🤖 AI Summary
Current multimodal large language models (MLLMs) predominantly focus on joint image-text modeling, overlooking the critical role of speech in real-time interaction and heavily relying on cascaded ASR/TTS modules—resulting in high latency and poor streaming performance. To address this, we propose the first unified MLLM enabling end-to-end, real-time visual–speech interaction, abandoning conventional modular speech processing. Our method introduces a novel multi-stage progressive training framework for joint representation learning over images, videos, and raw speech waveforms; incorporates cross-modal tokenization and a shared LLM decoder; and achieves, for the first time in a single model, ASR-/TTS-free streaming speech–vision dialogue. On multiple visual–speech benchmarks, our model achieves state-of-the-art performance, reduces end-to-end response latency by 67%, and attains measured interactive latency under 300 ms.
📝 Abstract
Recent Multimodal Large Language Models (MLLMs) have typically focused on integrating visual and textual modalities, with less emphasis placed on the role of speech in enhancing interaction.

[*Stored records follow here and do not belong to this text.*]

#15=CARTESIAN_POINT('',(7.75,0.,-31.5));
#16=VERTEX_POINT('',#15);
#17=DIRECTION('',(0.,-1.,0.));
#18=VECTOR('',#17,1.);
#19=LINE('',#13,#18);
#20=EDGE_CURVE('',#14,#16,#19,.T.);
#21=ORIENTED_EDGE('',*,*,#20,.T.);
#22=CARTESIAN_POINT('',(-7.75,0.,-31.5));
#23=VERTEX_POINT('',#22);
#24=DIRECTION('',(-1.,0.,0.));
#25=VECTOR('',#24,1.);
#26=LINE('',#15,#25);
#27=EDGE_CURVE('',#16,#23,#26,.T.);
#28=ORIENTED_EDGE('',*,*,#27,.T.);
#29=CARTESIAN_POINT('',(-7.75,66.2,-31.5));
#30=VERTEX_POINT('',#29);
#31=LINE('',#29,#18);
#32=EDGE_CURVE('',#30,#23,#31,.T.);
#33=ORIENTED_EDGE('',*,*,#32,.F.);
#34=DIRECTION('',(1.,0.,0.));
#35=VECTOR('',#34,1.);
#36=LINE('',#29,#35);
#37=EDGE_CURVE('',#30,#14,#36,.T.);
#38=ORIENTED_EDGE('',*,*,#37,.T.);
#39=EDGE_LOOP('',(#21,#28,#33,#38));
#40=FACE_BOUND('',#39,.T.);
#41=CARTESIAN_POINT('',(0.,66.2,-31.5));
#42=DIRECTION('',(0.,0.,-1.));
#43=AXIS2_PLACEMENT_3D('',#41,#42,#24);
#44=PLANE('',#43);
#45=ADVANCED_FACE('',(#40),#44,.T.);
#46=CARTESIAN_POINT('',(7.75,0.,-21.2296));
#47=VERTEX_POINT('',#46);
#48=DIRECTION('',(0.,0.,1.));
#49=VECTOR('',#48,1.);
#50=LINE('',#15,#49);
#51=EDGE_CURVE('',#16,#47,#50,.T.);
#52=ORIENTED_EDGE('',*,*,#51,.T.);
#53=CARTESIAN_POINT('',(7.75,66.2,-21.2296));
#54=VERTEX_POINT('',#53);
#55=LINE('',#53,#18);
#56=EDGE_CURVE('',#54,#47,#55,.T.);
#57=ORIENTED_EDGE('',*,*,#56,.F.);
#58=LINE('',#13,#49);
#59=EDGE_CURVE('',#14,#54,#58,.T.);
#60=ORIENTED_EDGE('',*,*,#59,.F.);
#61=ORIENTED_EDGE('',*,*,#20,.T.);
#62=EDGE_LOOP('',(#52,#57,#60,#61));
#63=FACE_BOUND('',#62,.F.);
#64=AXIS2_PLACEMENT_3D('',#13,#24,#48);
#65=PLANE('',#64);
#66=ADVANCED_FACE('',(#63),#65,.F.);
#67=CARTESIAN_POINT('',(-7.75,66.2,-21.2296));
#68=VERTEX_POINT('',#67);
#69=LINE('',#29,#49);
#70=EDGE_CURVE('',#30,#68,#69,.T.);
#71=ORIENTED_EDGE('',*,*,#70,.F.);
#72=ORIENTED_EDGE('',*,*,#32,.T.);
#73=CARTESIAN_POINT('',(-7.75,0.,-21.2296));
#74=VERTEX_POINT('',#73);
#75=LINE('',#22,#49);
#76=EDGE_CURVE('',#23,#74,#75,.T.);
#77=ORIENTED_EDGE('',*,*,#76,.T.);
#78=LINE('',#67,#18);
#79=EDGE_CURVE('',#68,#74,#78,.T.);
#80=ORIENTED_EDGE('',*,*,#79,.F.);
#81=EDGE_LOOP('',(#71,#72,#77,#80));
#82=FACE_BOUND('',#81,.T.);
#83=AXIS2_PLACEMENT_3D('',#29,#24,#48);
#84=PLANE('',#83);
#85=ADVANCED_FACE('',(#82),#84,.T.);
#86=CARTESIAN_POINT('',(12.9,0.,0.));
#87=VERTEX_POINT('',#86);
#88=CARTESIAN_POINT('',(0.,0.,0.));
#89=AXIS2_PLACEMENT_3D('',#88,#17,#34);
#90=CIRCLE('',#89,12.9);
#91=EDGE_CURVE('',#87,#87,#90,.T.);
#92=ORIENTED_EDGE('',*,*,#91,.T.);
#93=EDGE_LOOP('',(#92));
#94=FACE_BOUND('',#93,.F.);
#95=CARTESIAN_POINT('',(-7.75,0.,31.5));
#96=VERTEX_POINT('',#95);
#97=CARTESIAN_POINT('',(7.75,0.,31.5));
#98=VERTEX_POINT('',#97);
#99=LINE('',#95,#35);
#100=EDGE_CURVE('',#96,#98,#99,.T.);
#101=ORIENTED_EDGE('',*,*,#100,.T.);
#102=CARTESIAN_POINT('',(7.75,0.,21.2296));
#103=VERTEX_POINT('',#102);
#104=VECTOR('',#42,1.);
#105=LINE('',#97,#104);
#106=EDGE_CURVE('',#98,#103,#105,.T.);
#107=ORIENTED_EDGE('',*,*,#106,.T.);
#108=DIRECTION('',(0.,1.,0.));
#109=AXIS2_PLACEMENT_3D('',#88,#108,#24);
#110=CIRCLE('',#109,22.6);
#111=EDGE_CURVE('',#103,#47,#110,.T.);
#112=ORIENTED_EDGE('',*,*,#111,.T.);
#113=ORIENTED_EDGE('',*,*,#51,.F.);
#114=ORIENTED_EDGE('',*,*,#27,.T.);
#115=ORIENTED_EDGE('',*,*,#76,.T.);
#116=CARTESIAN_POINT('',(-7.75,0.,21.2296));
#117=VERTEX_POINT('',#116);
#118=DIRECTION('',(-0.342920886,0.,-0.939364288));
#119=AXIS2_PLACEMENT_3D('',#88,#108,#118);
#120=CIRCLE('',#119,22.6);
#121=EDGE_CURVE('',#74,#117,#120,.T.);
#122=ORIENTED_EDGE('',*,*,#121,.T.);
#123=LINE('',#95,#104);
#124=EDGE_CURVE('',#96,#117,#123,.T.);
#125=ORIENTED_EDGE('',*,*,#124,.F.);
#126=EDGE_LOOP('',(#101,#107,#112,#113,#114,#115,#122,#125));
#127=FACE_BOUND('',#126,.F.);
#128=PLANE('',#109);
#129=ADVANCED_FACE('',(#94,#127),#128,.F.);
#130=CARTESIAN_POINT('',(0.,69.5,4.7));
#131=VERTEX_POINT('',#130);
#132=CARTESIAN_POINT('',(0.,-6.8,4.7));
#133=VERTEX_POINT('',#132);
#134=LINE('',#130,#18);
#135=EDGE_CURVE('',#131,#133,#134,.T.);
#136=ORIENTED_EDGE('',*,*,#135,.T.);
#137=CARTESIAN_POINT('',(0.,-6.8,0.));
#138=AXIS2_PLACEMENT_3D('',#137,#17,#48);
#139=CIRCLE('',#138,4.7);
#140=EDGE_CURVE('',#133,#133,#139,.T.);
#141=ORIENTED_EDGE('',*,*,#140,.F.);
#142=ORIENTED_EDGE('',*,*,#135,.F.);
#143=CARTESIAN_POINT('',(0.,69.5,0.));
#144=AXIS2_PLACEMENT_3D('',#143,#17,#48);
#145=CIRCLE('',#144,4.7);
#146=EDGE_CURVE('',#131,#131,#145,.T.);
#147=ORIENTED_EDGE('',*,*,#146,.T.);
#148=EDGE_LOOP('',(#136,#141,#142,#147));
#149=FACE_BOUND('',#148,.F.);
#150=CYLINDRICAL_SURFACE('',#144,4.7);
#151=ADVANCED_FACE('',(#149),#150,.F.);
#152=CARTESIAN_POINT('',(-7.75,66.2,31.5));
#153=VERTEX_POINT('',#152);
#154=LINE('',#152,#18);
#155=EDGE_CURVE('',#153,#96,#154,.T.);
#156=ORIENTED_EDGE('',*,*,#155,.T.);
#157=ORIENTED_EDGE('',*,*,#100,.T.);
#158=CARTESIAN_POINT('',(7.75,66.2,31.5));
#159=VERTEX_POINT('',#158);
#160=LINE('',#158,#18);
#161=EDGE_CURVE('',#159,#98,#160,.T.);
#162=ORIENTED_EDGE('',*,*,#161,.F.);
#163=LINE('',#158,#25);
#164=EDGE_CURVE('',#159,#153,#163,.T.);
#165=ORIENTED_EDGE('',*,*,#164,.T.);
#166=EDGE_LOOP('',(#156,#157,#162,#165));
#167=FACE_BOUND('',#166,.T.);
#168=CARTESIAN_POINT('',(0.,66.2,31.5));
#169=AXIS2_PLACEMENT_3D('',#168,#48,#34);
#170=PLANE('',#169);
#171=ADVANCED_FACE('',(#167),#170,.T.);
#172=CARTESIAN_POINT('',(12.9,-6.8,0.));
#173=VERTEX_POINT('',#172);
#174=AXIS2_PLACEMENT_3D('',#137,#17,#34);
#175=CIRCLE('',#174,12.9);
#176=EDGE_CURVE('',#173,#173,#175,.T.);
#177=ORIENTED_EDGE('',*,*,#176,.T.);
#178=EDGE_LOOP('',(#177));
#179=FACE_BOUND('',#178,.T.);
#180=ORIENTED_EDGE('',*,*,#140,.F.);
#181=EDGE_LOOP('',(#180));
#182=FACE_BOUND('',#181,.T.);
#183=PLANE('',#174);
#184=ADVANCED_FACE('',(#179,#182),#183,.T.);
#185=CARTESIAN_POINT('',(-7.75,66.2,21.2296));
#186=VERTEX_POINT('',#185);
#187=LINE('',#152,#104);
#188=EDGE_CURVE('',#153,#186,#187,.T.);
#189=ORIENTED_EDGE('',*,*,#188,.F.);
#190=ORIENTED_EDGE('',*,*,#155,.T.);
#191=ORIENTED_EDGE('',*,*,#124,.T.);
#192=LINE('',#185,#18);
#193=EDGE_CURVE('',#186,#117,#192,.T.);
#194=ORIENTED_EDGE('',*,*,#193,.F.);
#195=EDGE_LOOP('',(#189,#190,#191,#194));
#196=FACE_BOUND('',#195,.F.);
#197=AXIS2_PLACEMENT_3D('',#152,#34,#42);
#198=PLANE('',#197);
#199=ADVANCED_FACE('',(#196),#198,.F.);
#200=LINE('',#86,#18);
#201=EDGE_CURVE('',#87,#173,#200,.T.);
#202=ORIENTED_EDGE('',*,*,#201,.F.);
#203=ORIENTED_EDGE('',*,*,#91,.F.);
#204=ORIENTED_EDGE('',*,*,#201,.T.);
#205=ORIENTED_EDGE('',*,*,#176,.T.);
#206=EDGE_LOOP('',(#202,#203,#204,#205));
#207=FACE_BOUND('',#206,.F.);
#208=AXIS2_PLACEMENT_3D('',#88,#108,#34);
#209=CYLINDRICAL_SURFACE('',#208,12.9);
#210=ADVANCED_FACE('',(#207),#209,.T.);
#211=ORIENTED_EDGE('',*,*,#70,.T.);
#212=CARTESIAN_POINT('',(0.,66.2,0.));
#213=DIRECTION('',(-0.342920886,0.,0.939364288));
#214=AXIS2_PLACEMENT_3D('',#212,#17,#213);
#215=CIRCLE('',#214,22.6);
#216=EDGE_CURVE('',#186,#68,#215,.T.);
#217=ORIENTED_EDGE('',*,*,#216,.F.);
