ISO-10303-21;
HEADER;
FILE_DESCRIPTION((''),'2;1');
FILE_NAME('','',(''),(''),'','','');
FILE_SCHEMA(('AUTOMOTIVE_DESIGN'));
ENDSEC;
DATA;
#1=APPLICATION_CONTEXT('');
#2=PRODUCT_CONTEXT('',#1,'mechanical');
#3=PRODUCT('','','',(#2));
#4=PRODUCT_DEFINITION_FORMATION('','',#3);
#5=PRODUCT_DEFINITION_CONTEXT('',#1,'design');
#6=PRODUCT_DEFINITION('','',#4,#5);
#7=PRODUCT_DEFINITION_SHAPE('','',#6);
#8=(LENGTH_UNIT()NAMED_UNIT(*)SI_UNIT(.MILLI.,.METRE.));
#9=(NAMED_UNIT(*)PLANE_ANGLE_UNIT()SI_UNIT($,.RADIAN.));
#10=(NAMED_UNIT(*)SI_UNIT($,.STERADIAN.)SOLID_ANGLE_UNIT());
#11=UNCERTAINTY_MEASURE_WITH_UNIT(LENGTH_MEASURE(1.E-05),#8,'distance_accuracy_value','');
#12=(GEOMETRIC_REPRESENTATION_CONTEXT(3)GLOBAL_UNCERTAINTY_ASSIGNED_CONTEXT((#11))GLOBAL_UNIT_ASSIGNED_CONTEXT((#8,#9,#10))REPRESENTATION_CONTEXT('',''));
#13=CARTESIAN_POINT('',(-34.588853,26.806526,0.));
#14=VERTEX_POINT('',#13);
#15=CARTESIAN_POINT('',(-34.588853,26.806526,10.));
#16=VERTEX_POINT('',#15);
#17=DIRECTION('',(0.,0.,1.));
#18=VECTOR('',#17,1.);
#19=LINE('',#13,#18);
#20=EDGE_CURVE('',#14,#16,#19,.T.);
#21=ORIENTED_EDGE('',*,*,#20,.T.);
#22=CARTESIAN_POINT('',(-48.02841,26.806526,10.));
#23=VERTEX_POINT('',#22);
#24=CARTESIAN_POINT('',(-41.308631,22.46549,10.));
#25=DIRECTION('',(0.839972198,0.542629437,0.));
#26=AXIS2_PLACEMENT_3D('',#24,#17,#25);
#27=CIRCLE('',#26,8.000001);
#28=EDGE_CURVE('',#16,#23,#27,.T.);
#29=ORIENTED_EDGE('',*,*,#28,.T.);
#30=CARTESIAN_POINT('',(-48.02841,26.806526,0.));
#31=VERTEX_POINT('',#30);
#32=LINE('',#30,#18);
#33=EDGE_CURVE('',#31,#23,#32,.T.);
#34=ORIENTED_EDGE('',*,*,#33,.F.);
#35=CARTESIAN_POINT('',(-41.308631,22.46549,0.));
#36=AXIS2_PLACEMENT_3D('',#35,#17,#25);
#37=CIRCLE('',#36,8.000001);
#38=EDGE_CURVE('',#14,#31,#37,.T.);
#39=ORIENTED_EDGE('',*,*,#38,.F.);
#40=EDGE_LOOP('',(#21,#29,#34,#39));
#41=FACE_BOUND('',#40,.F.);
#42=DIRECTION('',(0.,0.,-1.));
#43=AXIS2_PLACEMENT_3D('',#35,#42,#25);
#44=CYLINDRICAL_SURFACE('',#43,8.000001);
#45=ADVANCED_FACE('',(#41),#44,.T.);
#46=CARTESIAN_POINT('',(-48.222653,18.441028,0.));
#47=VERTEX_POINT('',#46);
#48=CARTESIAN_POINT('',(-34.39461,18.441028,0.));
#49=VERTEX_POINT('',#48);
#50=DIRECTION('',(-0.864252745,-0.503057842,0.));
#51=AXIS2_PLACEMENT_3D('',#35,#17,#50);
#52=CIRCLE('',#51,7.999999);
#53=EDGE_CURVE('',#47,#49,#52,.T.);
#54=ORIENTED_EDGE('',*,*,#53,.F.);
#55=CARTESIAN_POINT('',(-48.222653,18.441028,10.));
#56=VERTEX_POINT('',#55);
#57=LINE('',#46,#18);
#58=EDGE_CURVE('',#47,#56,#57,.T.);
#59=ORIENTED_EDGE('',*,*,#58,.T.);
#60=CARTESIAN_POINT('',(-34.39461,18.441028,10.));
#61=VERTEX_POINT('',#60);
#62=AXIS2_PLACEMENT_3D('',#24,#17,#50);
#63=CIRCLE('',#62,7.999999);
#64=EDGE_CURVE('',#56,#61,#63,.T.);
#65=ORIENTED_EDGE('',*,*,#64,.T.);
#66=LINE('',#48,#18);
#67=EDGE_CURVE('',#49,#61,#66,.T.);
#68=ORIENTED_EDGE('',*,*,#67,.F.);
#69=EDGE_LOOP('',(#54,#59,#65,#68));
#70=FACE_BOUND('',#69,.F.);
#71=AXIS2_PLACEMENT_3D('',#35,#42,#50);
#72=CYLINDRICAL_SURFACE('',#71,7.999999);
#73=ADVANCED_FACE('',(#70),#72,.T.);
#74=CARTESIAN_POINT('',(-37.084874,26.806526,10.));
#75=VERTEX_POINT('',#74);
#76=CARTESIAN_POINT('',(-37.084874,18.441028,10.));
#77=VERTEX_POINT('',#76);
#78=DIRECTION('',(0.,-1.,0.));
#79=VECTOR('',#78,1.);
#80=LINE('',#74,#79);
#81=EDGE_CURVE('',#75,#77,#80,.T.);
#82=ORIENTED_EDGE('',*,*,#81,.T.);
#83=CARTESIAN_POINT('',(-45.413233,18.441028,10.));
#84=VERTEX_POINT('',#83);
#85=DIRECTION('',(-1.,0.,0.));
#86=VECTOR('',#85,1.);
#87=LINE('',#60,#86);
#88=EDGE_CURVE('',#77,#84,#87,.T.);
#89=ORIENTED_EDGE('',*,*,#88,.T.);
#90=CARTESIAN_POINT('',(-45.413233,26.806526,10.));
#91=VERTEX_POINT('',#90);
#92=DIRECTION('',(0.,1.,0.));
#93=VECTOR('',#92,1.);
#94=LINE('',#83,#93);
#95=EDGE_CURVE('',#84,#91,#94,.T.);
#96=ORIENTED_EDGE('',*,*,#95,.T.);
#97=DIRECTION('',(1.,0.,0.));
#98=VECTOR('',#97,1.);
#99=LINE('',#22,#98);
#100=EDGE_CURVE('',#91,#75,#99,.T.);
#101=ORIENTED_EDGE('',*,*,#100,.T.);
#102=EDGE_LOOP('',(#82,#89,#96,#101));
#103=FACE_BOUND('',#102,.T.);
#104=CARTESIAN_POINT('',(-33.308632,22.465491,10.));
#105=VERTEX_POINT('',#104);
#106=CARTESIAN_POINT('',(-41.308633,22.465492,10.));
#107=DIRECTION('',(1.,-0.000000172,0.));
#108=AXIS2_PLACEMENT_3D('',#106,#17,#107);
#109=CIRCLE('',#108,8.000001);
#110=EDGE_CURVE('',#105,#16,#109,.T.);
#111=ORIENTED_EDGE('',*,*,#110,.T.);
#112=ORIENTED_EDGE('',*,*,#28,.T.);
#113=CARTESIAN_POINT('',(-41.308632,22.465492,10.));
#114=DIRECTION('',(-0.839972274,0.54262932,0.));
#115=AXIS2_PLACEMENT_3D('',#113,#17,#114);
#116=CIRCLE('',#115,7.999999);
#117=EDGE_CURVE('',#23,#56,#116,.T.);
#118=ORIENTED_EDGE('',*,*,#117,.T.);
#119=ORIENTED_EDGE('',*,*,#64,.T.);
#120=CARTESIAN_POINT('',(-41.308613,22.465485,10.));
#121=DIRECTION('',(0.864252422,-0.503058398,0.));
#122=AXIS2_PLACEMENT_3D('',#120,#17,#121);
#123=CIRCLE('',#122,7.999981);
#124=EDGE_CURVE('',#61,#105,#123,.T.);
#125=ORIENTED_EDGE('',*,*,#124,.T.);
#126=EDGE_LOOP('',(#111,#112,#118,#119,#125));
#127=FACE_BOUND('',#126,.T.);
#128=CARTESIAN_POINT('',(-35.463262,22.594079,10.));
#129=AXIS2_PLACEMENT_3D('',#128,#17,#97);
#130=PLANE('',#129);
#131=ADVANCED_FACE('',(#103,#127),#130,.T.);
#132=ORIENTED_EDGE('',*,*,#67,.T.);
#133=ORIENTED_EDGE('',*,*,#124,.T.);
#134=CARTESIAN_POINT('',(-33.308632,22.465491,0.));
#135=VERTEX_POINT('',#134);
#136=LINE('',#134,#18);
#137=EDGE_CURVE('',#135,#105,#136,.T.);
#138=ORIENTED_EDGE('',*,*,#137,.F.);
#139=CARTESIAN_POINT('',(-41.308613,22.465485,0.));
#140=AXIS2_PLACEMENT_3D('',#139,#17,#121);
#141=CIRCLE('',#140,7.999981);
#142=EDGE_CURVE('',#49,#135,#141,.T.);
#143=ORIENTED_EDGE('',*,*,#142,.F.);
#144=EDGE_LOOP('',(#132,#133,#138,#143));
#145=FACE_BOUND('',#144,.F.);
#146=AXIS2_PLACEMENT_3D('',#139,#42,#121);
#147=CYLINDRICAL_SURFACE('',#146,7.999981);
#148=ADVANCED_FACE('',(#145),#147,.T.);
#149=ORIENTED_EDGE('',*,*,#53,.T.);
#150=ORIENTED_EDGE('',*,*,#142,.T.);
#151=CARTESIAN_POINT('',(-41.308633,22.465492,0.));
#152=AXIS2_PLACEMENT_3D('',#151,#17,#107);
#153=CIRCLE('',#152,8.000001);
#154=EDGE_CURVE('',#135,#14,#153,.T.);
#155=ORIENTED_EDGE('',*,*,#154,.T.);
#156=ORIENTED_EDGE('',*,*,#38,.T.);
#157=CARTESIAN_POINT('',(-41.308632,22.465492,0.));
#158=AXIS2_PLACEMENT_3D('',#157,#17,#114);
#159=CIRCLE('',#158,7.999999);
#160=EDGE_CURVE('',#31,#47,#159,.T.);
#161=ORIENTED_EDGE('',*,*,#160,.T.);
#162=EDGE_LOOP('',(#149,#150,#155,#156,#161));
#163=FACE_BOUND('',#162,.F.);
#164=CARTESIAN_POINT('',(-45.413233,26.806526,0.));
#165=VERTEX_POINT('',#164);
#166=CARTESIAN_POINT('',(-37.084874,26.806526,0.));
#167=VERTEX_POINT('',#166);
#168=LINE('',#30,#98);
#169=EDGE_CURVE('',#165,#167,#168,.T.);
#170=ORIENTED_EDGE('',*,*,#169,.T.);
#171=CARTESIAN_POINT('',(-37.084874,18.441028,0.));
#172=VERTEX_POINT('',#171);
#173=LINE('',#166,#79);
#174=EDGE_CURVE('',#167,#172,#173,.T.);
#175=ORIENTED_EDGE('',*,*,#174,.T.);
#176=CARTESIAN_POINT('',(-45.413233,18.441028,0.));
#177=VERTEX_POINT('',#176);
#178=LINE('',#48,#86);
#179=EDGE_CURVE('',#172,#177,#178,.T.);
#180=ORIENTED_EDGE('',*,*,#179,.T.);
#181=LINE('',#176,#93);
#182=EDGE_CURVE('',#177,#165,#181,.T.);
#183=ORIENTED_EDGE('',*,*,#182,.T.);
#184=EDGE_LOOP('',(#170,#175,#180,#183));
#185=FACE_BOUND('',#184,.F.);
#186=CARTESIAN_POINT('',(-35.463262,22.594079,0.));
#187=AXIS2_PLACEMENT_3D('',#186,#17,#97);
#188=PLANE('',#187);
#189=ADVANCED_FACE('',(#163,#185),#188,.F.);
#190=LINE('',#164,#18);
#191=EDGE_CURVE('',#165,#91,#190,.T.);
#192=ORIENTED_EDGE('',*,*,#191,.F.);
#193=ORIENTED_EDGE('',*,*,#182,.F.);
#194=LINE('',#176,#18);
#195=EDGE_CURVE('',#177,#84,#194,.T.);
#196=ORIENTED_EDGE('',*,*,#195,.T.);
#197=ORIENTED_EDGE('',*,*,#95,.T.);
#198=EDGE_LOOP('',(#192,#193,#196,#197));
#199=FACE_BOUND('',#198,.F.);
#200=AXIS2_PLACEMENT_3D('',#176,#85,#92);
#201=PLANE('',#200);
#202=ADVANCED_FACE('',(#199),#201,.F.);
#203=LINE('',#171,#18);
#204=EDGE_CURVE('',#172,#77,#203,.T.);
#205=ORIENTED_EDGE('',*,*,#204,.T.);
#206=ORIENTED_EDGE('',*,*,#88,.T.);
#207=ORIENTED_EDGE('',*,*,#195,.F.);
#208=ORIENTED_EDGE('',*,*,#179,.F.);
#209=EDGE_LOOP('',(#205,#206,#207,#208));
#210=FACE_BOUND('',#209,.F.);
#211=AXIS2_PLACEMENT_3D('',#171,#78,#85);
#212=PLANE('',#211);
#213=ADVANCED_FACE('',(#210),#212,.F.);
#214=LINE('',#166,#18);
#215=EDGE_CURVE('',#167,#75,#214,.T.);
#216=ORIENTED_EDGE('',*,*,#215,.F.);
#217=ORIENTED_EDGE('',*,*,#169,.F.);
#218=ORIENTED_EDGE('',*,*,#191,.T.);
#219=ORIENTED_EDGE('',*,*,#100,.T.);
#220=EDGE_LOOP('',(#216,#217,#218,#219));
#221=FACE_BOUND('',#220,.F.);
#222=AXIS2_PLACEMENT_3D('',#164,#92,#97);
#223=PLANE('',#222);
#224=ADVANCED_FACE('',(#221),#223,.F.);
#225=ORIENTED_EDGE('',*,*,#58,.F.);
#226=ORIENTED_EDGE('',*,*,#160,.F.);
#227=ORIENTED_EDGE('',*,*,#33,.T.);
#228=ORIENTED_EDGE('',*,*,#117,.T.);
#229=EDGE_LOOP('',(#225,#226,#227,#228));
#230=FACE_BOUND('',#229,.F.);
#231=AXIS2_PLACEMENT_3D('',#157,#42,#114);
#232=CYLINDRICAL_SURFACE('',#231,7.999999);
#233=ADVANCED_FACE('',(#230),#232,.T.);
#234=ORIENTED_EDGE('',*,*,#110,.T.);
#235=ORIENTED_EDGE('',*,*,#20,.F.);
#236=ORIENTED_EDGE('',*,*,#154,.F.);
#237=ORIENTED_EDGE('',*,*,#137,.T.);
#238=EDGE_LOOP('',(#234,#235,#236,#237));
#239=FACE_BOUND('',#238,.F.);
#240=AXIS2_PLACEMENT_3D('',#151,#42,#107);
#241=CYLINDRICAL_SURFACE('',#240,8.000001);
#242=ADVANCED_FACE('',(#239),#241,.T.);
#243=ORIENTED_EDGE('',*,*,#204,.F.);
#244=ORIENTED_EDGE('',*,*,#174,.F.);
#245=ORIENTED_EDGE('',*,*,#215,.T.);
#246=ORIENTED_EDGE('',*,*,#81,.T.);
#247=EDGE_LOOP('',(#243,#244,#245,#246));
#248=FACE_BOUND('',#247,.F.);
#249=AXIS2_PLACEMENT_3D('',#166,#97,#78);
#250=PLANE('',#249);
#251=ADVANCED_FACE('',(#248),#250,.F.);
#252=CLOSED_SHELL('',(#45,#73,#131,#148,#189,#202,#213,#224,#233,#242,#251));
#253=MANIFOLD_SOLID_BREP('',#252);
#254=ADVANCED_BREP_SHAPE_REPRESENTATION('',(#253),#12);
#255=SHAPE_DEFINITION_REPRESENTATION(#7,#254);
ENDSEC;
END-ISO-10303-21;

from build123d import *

# Parameters (mm, degrees)
F1_DEPTH = 10


with BuildPart() as f1:
    # F0 (on Top) → F1 (new body)
    with BuildSketch(Plane.XY):
        with BuildLine():
            ThreePointArc((-34.39461, 18.441028), (-33.584896, 20.381285), (-33.308632, 22.465491))
            ThreePointArc((-33.308632, 22.465491), (-33.635359, 24.728429), (-34.588853, 26.806526))
            Line((-34.588853, 26.806526), (-37.084874, 26.806526))
            Line((-37.084874, 26.806526), (-37.084874, 18.441028))
            Line((-37.084874, 18.441028), (-34.39461, 18.441028))
        make_face()
        with BuildLine():
            Line((-37.084874, 26.806526), (-34.588853, 26.806526))
            ThreePointArc((-34.588853, 26.806526), (-41.308632, 30.465491), (-48.02841, 26.806526))
            Line((-48.02841, 26.806526), (-45.413233, 26.806526))
            Line((-45.413233, 26.806526), (-37.084874, 26.806526))
        make_face()
        with BuildLine():
            ThreePointArc((-48.222653, 18.441028), (-41.308632, 14.465491), (-34.39461, 18.441028))
            Line((-34.39461, 18.441028), (-37.084874, 18.441028))
            Line((-37.084874, 18.441028), (-45.413233, 18.441028))
            Line((-45.413233, 18.441028), (-48.222653, 18.441028))
        make_face()
        with BuildLine():
            Line((-45.413233, 26.806526), (-48.02841, 26.806526))
            ThreePointArc((-48.02841, 26.806526), (-49.306476, 22.651198), (-48.222653, 18.441028))
            Line((-48.222653, 18.441028), (-45.413233, 18.441028))
            Line((-45.413233, 18.441028), (-45.413233, 26.806526))
        make_face()
    extrude(amount=F1_DEPTH)


solid = f1.part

However, speech plays a crucial role in multimodal dialogue systems, and implementing high-performance in both vision and speech tasks remains a significant challenge due to the fundamental modality differences. In this paper, we propose a carefully designed multi-stage training methodology that progressively trains LLM to understand both visual and speech information, ultimately enabling fluent vision and speech interaction. Our approach not only preserves strong vision-language capacity, but also enables efficient speech-to-speech dialogue capabilities without separate ASR and TTS modules, significantly accelerating multimodal end-to-end response speed. By comparing our method against state-of-the-art counterparts across benchmarks for image, video, and speech tasks, we demonstrate that our model is equipped with both strong visual and speech capabilities, making near real-time vision and speech interaction.